If you set your receiver to output 1080i, then that is what you are watching.

If it is 1080i native (like CBS or NBC or HDNet for instance) then that is what you are seeing. If it is 720p native (like FOX or ESPN or ABC for instance) then you are seeing an upconvert by the receiver from 720p to 1080i. If you are watching SD (480i or 480p) then you are similarly seeing an upconvert to 1080i from that signal.

If you set your receiver to 720p or 480, then similar but different descriptions to above are happening.


----------



## William (Oct 28, 2006)

If you have a full 1080 display (if CRT this requires 8" tubes or if a digital display requires a 1920x1080 chip(s) or panel) you may not be able to tell 720 from 1080 depending on how small the screen is and if your seating distance is over 1.5 screen widths. However you should always be able to tell a 480 (SD) source from a HD source. Keep in mind they even if the receiver told you the signal was being broadcast in 1080 or 720 the source may still be from a 480 master just up-converted by the station.


----------



## Mister Natural (Nov 25, 2006)

If my display "up-converts" everything to 1080i, should I set the receiver to output the 720 or the 1080 via the hdmi ? Is one "easier" than the other to read ?


----------



## TBoneit (Jul 27, 2006)

I guess I don't get it. What does it matter what the resolution of the show is? I watch something because of the content, not the resolution. If it is in SD then I watch it anyway for the content.


----------



## harsh (Jun 15, 2003)

Mister Natural said:


> If my display "up-converts" everything to 1080i, should I set the receiver to output the 720 or the 1080 via the hdmi ? Is one "easier" than the other to read ?

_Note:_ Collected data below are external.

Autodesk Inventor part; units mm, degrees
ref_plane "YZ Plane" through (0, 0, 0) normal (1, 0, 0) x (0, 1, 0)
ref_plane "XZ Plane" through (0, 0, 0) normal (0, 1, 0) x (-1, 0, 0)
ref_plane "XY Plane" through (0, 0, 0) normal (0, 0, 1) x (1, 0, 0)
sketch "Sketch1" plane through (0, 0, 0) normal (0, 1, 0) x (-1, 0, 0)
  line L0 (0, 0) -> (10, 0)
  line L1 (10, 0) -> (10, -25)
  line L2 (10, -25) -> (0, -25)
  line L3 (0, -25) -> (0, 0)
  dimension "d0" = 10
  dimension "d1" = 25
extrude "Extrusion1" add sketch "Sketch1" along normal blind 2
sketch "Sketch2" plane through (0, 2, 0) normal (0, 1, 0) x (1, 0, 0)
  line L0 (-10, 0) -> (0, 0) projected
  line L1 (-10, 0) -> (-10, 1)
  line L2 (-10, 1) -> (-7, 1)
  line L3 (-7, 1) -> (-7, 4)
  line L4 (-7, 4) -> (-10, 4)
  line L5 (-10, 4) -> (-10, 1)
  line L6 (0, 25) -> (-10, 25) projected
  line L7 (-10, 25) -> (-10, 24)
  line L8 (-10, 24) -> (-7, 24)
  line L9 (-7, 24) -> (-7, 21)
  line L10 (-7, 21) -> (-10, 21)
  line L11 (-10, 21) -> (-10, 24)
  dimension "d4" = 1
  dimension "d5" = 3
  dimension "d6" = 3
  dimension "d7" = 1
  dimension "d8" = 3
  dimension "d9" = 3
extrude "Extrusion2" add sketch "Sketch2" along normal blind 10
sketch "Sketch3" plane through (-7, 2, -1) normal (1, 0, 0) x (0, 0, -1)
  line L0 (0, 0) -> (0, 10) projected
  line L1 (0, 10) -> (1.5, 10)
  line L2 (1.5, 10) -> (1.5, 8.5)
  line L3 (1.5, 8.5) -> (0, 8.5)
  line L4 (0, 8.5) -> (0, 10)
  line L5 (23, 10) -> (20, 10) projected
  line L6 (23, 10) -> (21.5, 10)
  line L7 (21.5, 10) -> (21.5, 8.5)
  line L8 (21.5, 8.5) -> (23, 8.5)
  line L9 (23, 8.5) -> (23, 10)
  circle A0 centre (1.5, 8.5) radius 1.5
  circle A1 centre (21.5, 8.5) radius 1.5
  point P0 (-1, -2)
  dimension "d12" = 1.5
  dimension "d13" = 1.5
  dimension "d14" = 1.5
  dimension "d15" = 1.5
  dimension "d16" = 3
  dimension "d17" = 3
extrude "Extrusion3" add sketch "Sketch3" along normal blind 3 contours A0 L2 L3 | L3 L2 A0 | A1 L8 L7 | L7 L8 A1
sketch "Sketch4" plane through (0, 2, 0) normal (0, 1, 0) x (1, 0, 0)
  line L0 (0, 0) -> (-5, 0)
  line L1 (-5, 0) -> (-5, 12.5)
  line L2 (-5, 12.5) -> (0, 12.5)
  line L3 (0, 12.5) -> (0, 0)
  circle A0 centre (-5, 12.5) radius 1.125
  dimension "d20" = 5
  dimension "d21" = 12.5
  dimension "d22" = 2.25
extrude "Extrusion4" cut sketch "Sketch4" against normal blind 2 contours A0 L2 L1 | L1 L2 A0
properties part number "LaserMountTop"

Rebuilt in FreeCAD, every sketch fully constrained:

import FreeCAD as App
import Part
import Sketcher
Q = App.Units.Quantity

doc = App.newDocument("Part")
params = doc.addObject("Spreadsheet::Sheet", "Params")
for row, (alias, value) in enumerate([
    ("sketch1_width", "10 mm"),
    ("sketch1_height", "25 mm"),
    ("pad1_length", "2 mm"),
    ("sketch2_width", "3 mm"),
    ("pad2_length", "10 mm"),
    ("sketch3_diameter", "3 mm"),
    ("pad3_length", "3 mm"),
    ("sketch4_diameter", "2.25 mm"),
    ("pocket1_length", "2 mm"),
], start=1):
    params.set(f"A{row}", alias)
    params.set(f"B{row}", "=" + value)
    params.setAlias(f"B{row}", alias)

body = doc.addObject("PartDesign::Body", "Body")

# Sketch on XZ plane
sketch1 = body.newObject("Sketcher::SketchObject", "Sketch")
sketch1.AttachmentSupport = (doc.getObject("XZ_Plane"), [""])
sketch1.MapMode = "FlatFace"
sketch1.addGeometry([
    Part.LineSegment(App.Vector(-10, 0, 0), App.Vector(0, 0, 0)),
    Part.LineSegment(App.Vector(0, 0, 0), App.Vector(0, -25, 0)),
    Part.LineSegment(App.Vector(0, -25, 0), App.Vector(-10, -25, 0)),
    Part.LineSegment(App.Vector(-10, -25, 0), App.Vector(-10, 0, 0)),
], False)
sketch1.addConstraint([
    Sketcher.Constraint("Coincident", 0, 2, 1, 1),
    Sketcher.Constraint("Coincident", 1, 2, 2, 1),
    Sketcher.Constraint("Coincident", 2, 2, 3, 1),
    Sketcher.Constraint("Coincident", 3, 2, 0, 1),
    Sketcher.Constraint("Horizontal", 0),
    Sketcher.Constraint("Vertical", 1),
    Sketcher.Constraint("Horizontal", 2),
    Sketcher.Constraint("Vertical", 3),
    Sketcher.Constraint("Coincident", 0, 2, -1, 1),
    Sketcher.Constraint("DistanceX", 0, 1, 0, 2, Q("10 mm")),
    Sketcher.Constraint("DistanceY", 1, 2, 1, 1, Q("25 mm")),
])
sketch1.setExpression("Constraints[9]", "Params.sketch1_width")
sketch1.setExpression("Constraints[10]", "Params.sketch1_height")
pad1 = body.newObject("PartDesign::Pad", "Pad")
pad1.Profile = sketch1
pad1.setExpression("Length", "Params.pad1_length")
pad1.Reversed = True

# Sketch on XZ plane
sketch2 = body.newObject("Sketcher::SketchObject", "Sketch001")
sketch2.AttachmentSupport = (doc.getObject("XZ_Plane"), [""])
sketch2.MapMode = "FlatFace"
sketch2.AttachmentOffset = App.Placement(App.Vector(0, 0, -2), App.Rotation())
sketch2.addGeometry([
    Part.LineSegment(App.Vector(-10, -4, 0), App.Vector(-10, -1, 0)),  # 0
    Part.LineSegment(App.Vector(-10, -1, 0), App.Vector(-7, -1, 0)),  # 1
    Part.LineSegment(App.Vector(-7, -1, 0), App.Vector(-7, -4, 0)),  # 2
    Part.LineSegment(App.Vector(-7, -4, 0), App.Vector(-10, -4, 0)),  # 3
    Part.LineSegment(App.Vector(-7, -24, 0), App.Vector(-10, -24, 0)),  # 4
    Part.LineSegment(App.Vector(-10, -24, 0), App.Vector(-10, -21, 0)),  # 5
    Part.LineSegment(App.Vector(-10, -21, 0), App.Vector(-7, -21, 0)),  # 6
    Part.LineSegment(App.Vector(-7, -21, 0), App.Vector(-7, -24, 0)),  # 7
], False)
sketch2.addConstraint([
    Sketcher.Constraint("Coincident", 0, 2, 1, 1),
    Sketcher.Constraint("Coincident", 1, 2, 2, 1),
    Sketcher.Constraint("Coincident", 2, 2, 3, 1),
    Sketcher.Constraint("Coincident", 3, 2, 0, 1),
    Sketcher.Constraint("Coincident", 4, 2, 5, 1),
    Sketcher.Constraint("Coincident", 5, 2, 6, 1),
    Sketcher.Constraint("Coincident", 6, 2, 7, 1),
    Sketcher.Constraint("Coincident", 7, 2, 4, 1),
    Sketcher.Constraint("Vertical", 0),
    Sketcher.Constraint("Horizontal", 1),
    Sketcher.Constraint("Vertical", 2),
    Sketcher.Constraint("Horizontal", 3),
    Sketcher.Constraint("Horizontal", 4),
    Sketcher.Constraint("Vertical", 5),
    Sketcher.Constraint("Horizontal", 6),
    Sketcher.Constraint("Vertical", 7),
    Sketcher.Constraint("Vertical", 3, 2, 4, 2),
    Sketcher.Constraint("Vertical", 2, 2, 6, 2),
    Sketcher.Constraint("Equal", 6, 0),
    Sketcher.Constraint("Equal", 2, 5),
    Sketcher.Constraint("DistanceX", 1, 1, 1, 2, Q("3 mm")),
    Sketcher.Constraint("DistanceY", 0, 2, -1, 1, Q("1 mm")),
    Sketcher.Constraint("DistanceX", 0, 2, -1, 1, Q("10 mm")),
    Sketcher.Constraint("DistanceY", 4, 2, -1, 1, Q("24 mm")),
])
sketch2.setExpression("Constraints[20]", "Params.sketch2_width")
pad2 = body.newObject("PartDesign::Pad", "Pad001")
pad2.Profile = sketch2
pad2.setExpression("Length", "Params.pad2_length")
pad2.Reversed = True

# Sketch on YZ plane
sketch3 = body.newObject("Sketcher::SketchObject", "Sketch002")
sketch3.AttachmentSupport = (doc.getObject("YZ_Plane"), [""])
sketch3.MapMode = "FlatFace"
sketch3.AttachmentOffset = App.Placement(App.Vector(0, 0, -7), App.Rotation())
sketch3.addGeometry([
    Part.Circle(App.Vector(10.5, -2.5, 0), App.Vector(0, 0, 1), 1.5),
    Part.Circle(App.Vector(10.5, -22.5, 0), App.Vector(0, 0, 1), 1.5),
], False)
sketch3.addConstraint([
    Sketcher.Constraint("Equal", 0, 1),
    Sketcher.Constraint("Vertical", 0, 3, 1, 3),
    Sketcher.Constraint("Diameter", 0, Q("3 mm")),
    Sketcher.Constraint("DistanceY", 1, 3, 0, 3, Q("20 mm")),
    Sketcher.Constraint("DistanceX", -1, 1, 0, 3, Q("10.5 mm")),
    Sketcher.Constraint("DistanceY", 0, 3, -1, 1, Q("2.5 mm")),
])
sketch3.setExpression("Constraints[2]", "Params.sketch3_diameter")
pad3 = body.newObject("PartDesign::Pad", "Pad002")
pad3.Profile = sketch3
pad3.setExpression("Length", "Params.pad3_length")

# Sketch on XZ plane
sketch4 = body.newObject("Sketcher::SketchObject", "Sketch003")
sketch4.AttachmentSupport = (doc.getObject("XZ_Plane"), [""])
sketch4.MapMode = "FlatFace"
sketch4.AttachmentOffset = App.Placement(App.Vector(0, 0, -2), App.Rotation())
sketch4.addGeometry(Part.Circle(App.Vector(-5, -12.5, 0), App.Vector(0, 0, 1), 1.1), False)
sketch4.addConstraint([
    Sketcher.Constraint("Diameter", 0, Q("2.25 mm")),
    Sketcher.Constraint("DistanceX", 0, 3, -1, 1, Q("5 mm")),
    Sketcher.Constraint("DistanceY", 0, 3, -1, 1, Q("12.5 mm")),
])
sketch4.setExpression("Constraints[0]", "Params.sketch4_diameter")
pocket1 = body.newObject("PartDesign::Pocket", "Pocket")
pocket1.Profile = sketch4
pocket1.setExpression("Length", "Params.pocket1_length")
pocket1.Reversed = True

doc.recompute()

It comes down to what looks best to you. Some change the output resolution to match the program resolution, but I suspect that most televisions are "tuned" to work best in one mode.


----------



## William (Oct 28, 2006)

Mister Natural said:


> If my display "up-converts" everything to 1080i, should I set the receiver to output the 720 or the 1080 via the hdmi ? Is one "easier" than the other to read ?


First you need to know what the native resolution of your display is not just the inputs. Post the brand and model and someone will tell you. You should then use the closest setting to the actual resolution.


----------



## whatchel1 (Jan 11, 2006)

Mister Natural said:


> If my display "up-converts" everything to 1080i, should I set the receiver to output the 720 or the 1080 via the hdmi ? Is one "easier" than the other to read ?


Set it for the 1080 then the set doesn't have to change over from the 720 that would be coming into it.


----------



## harsh (Jun 15, 2003)

whatchel1 said:


> Set it for the 1080 then the set doesn't have to change over from the 720 that would be coming into it.


With four notable exceptions, Dish casts all of their content in 1080i. Those exceptions are ABC HD LIL, Fox HD LIL, ESPN and ESPN2. Those with OTA access may have variant mileage.


----------



## Mister Natural (Nov 25, 2006)

Certainly don't mean to thread hi-jack here but here's what I've found :
My display is a Hitachi 55vf820 lcd projector w/ 720p resolution. The manual states it will accept either 720 or 1080i signal thru the hdmi with no further recommendations or comment. 

The manual for the 622 receiver states on page 100, "consult your hdtv user's guide for the HD format resolution that the TV supports (1080i or 720p)" That's it: one sentance in the whole guide. 

7 pages on "Locks" 
One sentance on the digital resolution output & compatabilty with different formats !

I tried both output settings yesterday during NFL games & . . . I'll be doggoned if I could tell any difference in the picture. At first, I thought I was seeing more "blocking" distortion during really fast motion w/ the higher reso but it was also evident during the 720 setting. I really only see this LCD blocking (or whatever it's called) during football. Never notice it on movies or other sports.

My sense is that screen resolution really is a function of pixel count, no matter what is input or processed ahead of it. 

Chime in here if you have any feedback or thoughts . . .


----------